Coefficients: Estimate Std. Error z value Pr(>|z|)
(Intercept) -1.9315258 0.0112680 -171.416 < 2e-16 dec_pub_date_stand 0.0042723 0.0006979 6.121 9.28e-10

m2 publication date + mean_paper_length_stand Estimate Std. Error z value Pr(>|z|)
(Intercept) -1.922e+00 1.818e-02 -105.716 < 2e-16 dec_pub_date_stand 4.240e-03 6.986e-04 6.068 1.29e-09 mean_paper_length_stand 1.525e-05 2.374e-05 0.642 0.521

m3 publication date * mean_paper_length_stand Coefficients: Estimate Std. Error z value Pr(>|z|)
(Intercept) -2.004e+00 2.306e-02 -86.931
< 2e-16*
dec_pub_date_stand 6.875e-03 8.461e-04 8.125 4.46e-16 * mean_paper_length_stand -8.946e-05 2.971e-05 -3.011 0.0026 dec_pub_date_stand:mean_paper_length_stand 7.916e-06 1.366e-06 5.796 6.78e-09*

You can see that there is a highly significant effect (P values in bold) of both mean_paper_length and its interaction with publication date. That suggests that we should include it.

BUT -- if we look at the effect sizes for dec_pub_date_stand (exponentiated to give us odds ratios), we find that they are very similar. m1: 1.0042814 m2: 1.0042486 m3: 1.0068985

AND. if we look at the effect sizes in the third model for the effect of paper length and its interaction with pubdate, see that they are tiny --- orders of magnitude smaller than the main effect of pubdate.

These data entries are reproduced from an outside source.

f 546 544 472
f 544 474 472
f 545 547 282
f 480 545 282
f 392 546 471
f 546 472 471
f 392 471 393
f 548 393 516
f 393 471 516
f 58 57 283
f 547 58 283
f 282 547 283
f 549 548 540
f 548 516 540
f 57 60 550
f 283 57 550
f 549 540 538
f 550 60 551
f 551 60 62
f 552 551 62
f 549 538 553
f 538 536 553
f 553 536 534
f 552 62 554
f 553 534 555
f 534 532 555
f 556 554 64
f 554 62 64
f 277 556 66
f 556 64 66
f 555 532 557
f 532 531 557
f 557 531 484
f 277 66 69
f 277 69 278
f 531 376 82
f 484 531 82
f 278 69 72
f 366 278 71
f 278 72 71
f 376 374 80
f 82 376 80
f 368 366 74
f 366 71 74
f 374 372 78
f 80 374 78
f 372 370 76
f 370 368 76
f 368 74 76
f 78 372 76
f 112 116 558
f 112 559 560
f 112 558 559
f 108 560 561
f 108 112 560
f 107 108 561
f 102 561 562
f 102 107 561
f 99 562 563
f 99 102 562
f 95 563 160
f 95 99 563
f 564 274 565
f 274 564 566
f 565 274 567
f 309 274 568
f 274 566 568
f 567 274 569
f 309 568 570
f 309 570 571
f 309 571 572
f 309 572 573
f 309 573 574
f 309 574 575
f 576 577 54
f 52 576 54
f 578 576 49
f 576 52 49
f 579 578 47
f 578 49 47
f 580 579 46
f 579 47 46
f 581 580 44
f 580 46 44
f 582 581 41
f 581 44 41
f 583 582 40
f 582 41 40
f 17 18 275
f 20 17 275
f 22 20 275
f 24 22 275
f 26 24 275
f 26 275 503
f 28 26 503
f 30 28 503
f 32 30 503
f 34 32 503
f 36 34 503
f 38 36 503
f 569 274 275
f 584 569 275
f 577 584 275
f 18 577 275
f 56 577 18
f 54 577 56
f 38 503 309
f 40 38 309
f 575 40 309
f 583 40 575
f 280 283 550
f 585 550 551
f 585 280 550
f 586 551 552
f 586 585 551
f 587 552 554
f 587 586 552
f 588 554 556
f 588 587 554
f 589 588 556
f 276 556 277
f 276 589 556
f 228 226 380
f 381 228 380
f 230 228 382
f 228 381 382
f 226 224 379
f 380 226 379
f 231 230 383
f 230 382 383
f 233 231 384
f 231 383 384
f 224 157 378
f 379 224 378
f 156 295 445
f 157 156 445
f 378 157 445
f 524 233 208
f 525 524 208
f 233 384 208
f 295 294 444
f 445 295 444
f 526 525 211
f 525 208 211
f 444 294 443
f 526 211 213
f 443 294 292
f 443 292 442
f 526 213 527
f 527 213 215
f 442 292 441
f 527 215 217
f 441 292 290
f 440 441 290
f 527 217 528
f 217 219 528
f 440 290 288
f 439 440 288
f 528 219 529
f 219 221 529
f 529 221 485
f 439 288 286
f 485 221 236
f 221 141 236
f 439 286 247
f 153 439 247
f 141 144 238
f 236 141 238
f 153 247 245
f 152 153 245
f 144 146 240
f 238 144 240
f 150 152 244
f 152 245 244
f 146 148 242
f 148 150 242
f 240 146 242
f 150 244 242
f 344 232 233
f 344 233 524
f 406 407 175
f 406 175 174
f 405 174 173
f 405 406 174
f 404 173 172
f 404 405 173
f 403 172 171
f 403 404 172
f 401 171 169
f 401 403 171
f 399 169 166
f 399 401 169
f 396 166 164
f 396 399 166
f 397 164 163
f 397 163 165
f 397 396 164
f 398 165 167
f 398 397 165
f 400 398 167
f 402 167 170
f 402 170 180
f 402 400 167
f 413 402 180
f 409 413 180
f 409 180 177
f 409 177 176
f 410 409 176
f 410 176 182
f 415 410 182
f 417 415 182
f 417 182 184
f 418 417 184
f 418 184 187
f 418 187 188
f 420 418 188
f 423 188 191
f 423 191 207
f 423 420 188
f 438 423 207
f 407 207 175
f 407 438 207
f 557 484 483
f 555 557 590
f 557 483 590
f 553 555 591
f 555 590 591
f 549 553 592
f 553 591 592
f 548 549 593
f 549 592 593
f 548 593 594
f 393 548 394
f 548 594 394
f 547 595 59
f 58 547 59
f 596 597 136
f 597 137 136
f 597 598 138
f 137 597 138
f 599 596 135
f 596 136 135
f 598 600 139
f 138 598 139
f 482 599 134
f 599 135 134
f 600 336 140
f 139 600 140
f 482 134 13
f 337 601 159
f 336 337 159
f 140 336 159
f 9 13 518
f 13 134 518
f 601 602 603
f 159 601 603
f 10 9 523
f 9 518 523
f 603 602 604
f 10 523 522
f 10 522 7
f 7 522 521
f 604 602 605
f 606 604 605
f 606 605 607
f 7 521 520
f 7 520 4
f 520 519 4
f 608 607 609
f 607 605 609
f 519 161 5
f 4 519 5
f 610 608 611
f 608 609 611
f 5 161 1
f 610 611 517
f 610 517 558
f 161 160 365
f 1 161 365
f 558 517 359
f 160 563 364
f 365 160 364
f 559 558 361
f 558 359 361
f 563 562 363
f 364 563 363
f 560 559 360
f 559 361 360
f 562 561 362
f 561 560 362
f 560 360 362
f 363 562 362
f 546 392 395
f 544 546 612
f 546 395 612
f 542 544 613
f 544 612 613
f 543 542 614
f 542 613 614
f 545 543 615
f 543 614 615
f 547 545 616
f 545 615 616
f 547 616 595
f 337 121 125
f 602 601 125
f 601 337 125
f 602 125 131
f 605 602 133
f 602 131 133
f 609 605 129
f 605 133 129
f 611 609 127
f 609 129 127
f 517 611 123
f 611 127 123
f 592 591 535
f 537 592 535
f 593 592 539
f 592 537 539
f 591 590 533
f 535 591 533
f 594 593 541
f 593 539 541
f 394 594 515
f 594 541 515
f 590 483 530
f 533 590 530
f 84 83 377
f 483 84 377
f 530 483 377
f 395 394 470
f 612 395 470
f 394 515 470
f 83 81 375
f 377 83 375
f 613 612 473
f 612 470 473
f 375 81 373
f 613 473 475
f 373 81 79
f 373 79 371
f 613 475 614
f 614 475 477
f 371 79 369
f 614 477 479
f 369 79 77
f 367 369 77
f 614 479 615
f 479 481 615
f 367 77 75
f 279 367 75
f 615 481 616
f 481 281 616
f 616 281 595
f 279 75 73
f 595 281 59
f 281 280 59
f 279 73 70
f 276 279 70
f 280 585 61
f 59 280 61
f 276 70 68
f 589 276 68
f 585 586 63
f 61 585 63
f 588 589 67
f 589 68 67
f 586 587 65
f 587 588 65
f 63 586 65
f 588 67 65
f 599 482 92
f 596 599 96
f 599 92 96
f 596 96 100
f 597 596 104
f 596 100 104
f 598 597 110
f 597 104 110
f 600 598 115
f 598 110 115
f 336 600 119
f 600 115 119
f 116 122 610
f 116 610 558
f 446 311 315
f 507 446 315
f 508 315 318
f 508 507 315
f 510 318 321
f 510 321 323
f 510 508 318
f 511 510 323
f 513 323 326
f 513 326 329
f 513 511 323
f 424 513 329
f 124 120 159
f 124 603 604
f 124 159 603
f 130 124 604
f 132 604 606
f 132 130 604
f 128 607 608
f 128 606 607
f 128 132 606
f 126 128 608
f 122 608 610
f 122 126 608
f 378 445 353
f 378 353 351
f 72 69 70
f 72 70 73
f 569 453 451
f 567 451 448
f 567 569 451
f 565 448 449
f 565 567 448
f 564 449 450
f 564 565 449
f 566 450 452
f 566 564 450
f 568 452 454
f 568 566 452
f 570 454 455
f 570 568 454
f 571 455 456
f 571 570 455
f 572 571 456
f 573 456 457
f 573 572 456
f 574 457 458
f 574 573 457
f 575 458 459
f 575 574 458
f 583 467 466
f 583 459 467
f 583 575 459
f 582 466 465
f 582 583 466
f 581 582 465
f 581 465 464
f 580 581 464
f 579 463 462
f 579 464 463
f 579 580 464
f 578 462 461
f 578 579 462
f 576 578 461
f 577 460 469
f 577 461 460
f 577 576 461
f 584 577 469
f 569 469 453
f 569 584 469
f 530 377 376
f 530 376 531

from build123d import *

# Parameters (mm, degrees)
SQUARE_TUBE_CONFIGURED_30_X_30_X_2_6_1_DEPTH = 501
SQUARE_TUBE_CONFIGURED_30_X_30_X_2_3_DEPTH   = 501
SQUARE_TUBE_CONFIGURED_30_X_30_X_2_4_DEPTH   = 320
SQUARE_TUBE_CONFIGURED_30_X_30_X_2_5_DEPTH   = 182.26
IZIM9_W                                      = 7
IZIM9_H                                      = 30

mean_paper_length_stand: 0.9999105 dec_pub_date_stand:mean_paper_length_stand: 1.0000079

That tells us that, although there is an effect of paper length, it's significant because we have so much data, but in fact it actually makes almost no difference to the prediction of the model.
Given that it makes graphing and explaining the effect so much more difficult, I think we should forget about it. I have also examined this for woman/en and find exactly the same thing.